**WHAT IS BEING ASKED:** All lines in the data that hold the word "BuildSketch" need copying.

== INPUT DATA ==

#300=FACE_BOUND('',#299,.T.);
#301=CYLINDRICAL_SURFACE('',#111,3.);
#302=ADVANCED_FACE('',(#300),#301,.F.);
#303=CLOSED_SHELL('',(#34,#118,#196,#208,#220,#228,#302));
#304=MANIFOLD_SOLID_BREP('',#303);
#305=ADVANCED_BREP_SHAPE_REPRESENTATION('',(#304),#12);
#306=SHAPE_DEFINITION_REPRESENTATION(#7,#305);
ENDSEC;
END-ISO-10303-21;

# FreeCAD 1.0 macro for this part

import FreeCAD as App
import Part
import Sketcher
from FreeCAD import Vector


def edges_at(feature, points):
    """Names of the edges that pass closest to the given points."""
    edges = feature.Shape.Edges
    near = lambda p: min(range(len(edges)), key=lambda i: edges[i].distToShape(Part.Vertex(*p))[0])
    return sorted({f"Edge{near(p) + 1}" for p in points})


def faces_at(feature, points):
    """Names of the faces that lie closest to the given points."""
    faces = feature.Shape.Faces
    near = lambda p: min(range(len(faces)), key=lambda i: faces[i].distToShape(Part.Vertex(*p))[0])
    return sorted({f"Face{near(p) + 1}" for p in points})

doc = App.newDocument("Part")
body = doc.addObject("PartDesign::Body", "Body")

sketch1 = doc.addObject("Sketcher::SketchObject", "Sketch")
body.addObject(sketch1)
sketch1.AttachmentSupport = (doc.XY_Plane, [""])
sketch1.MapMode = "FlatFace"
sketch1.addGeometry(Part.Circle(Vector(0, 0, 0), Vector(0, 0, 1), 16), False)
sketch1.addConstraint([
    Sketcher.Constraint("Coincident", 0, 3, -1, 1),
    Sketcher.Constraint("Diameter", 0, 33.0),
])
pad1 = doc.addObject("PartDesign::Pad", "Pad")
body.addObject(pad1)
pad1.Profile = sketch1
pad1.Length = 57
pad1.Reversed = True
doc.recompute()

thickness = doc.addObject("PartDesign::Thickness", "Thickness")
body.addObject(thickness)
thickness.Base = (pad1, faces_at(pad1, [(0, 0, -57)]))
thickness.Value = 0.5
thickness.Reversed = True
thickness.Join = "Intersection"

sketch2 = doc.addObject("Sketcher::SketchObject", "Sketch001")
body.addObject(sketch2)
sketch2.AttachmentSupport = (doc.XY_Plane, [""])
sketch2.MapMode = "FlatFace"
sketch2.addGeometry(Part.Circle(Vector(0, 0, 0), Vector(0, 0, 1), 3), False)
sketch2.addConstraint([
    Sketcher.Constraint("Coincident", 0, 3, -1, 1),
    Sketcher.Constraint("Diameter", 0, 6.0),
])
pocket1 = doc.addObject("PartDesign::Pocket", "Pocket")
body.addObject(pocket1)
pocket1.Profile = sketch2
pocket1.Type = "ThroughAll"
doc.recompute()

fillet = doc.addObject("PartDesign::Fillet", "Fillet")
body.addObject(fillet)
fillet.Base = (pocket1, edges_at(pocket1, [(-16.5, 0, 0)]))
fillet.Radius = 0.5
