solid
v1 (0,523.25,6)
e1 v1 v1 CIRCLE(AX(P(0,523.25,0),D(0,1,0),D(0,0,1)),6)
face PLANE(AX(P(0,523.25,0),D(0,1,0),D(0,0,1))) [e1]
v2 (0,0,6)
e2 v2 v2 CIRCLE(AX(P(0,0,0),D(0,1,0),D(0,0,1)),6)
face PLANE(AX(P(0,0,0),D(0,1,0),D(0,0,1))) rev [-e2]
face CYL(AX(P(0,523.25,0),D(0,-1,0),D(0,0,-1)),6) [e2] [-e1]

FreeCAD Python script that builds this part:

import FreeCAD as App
import Part
import Sketcher

V = App.Vector
Q = App.Units.Quantity

doc = App.newDocument("Part")
params = doc.addObject("Spreadsheet::Sheet", "Params")
for row, (alias, value) in enumerate([
    ("sketch1_diameter", "12 mm"),
    ("pad1_length", "523.25 mm"),
], start=1):
    params.set(f"A{row}", alias)
    params.set(f"B{row}", "=" + value)
    params.setAlias(f"B{row}", alias)

body = doc.addObject("PartDesign::Body", "Body")

# Sketch on XZ plane
sketch1 = body.newObject("Sketcher::SketchObject", "Sketch")
sketch1.AttachmentSupport = (doc.getObject("XZ_Plane"), [""])
sketch1.MapMode = "FlatFace"
sketch1.addGeometry(Part.Circle(V(0, 0, 0), V(0, 0, 1), 6), False)
sketch1.addConstraint(Sketcher.Constraint("Coincident", 0, 3, -1, 1))
sketch1.addConstraint(Sketcher.Constraint("Diameter", 0, Q("12 mm")))
sketch1.setExpression("Constraints[1]", "Params.sketch1_diameter")
pad1 = body.newObject("PartDesign::Pad", "Pad")
pad1.Profile = sketch1
pad1.setExpression("Length", "Params.pad1_length")
pad1.Reversed = True

doc.recompute()
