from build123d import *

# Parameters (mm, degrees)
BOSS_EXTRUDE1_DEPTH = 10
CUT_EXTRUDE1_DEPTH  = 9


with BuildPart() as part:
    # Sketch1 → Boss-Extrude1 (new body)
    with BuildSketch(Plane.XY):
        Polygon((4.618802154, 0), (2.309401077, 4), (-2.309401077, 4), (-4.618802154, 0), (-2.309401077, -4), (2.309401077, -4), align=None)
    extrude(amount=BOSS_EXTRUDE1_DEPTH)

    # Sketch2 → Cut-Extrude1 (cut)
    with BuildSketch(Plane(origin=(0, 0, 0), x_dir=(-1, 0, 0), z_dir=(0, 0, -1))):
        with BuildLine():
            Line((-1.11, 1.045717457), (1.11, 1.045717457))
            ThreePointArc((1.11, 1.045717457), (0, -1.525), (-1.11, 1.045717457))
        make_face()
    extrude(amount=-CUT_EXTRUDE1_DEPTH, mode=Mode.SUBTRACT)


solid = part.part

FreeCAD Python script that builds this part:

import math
import FreeCAD as App
import Part
import Sketcher
Q = App.Units.Quantity

doc = App.newDocument("Part")
params = doc.addObject("Spreadsheet::Sheet", "Params")
for row, (alias, value) in enumerate([
    ("pad1_length", "10 mm"),
    ("sketch2_width", "2.22 mm"),
    ("pocket1_length", "9 mm"),
], start=1):
    params.set(f"A{row}", alias)
    params.set(f"B{row}", "=" + value)
    params.setAlias(f"B{row}", alias)

body = doc.addObject("PartDesign::Body", "Body")

# Sketch on XY plane
sketch1 = body.newObject("Sketcher::SketchObject", "Sketch")
sketch1.AttachmentSupport = (doc.getObject("XY_Plane"), [""])
sketch1.MapMode = "FlatFace"
sketch1.addGeometry(Part.LineSegment(App.Vector(4.6, 0, 0), App.Vector(2.3, 4, 0)), False)
sketch1.addGeometry(Part.LineSegment(App.Vector(2.3, 4, 0), App.Vector(-2.3, 4, 0)), False)
sketch1.addGeometry(Part.LineSegment(App.Vector(-2.3, 4, 0), App.Vector(-4.6, 0, 0)), False)
sketch1.addGeometry(Part.LineSegment(App.Vector(-4.6, 0, 0), App.Vector(-2.3, -4, 0)), False)
sketch1.addGeometry(Part.LineSegment(App.Vector(-2.3, -4, 0), App.Vector(2.3, -4, 0)), False)
sketch1.addGeometry(Part.LineSegment(App.Vector(2.3, -4, 0), App.Vector(4.6, 0, 0)), False)
sketch1.addConstraint(Sketcher.Constraint("Coincident", 0, 2, 1, 1))
sketch1.addConstraint(Sketcher.Constraint("Coincident", 1, 2, 2, 1))
sketch1.addConstraint(Sketcher.Constraint("Coincident", 2, 2, 3, 1))
sketch1.addConstraint(Sketcher.Constraint("Coincident", 3, 2, 4, 1))
sketch1.addConstraint(Sketcher.Constraint("Coincident", 4, 2, 5, 1))
sketch1.addConstraint(Sketcher.Constraint("Coincident", 5, 2, 0, 1))
sketch1.addConstraint(Sketcher.Constraint("Horizontal", 1))
sketch1.addConstraint(Sketcher.Constraint("Horizontal", 4))
sketch1.addConstraint(Sketcher.Constraint("Symmetric", 0, 2, 3, 2, -1, 1))
sketch1.addConstraint(Sketcher.Constraint("Symmetric", 2, 2, 5, 2, -1, 1))
sketch1.addConstraint(Sketcher.Constraint("PointOnObject", 2, 2, -1))
sketch1.addConstraint(Sketcher.Constraint("Parallel", 2, 5))
sketch1.addConstraint(Sketcher.Constraint("Vertical", 1, 2, 3, 2))
sketch1.addConstraint(Sketcher.Constraint("Angle", 0, Q("120 deg")))
sketch1.addConstraint(Sketcher.Constraint("DistanceY", -1, 1, 0, 2, Q("4 mm")))
sketch1.addConstraint(Sketcher.Constraint("DistanceX", -1, 1, 0, 2, Q("2.309401 mm")))
pad1 = body.newObject("PartDesign::Pad", "Pad")
pad1.Profile = sketch1
pad1.setExpression("Length", "Params.pad1_length")

# Sketch on XY plane
sketch2 = body.newObject("Sketcher::SketchObject", "Sketch001")
sketch2.AttachmentSupport = (doc.getObject("XY_Plane"), [""])
sketch2.MapMode = "FlatFace"
sketch2.addGeometry(Part.LineSegment(App.Vector(-1.1, 1, 0), App.Vector(1.1, 1, 0)), False)
sketch2.addGeometry(Part.ArcOfCircle(Part.Circle(App.Vector(0, 0, 0), App.Vector(0, 0, 1), 1.5), math.radians(137), math.radians(403)), False)
sketch2.addConstraint(Sketcher.Constraint("Coincident", 0, 1, 1, 1))
sketch2.addConstraint(Sketcher.Constraint("Coincident", 1, 2, 0, 2))
sketch2.addConstraint(Sketcher.Constraint("Horizontal", 0))
sketch2.addConstraint(Sketcher.Constraint("Coincident", 1, 3, -1, 1))
sketch2.addConstraint(Sketcher.Constraint("Radius", 1, Q("1.525 mm")))
sketch2.addConstraint(Sketcher.Constraint("DistanceX", 0, 1, 0, 2, Q("2.22 mm")))
sketch2.setExpression("Constraints[5]", "Params.sketch2_width")
pocket1 = body.newObject("PartDesign::Pocket", "Pocket")
pocket1.Profile = sketch2
pocket1.setExpression("Length", "Params.pocket1_length")
pocket1.Reversed = True

doc.recompute()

===

**WRITTEN ANSWER:**
    with BuildSketch(Plane.XY):
    with BuildSketch(Plane(origin=(0, 0, 0), x_dir=(-1, 0, 0), z_dir=(0, 0, -1))):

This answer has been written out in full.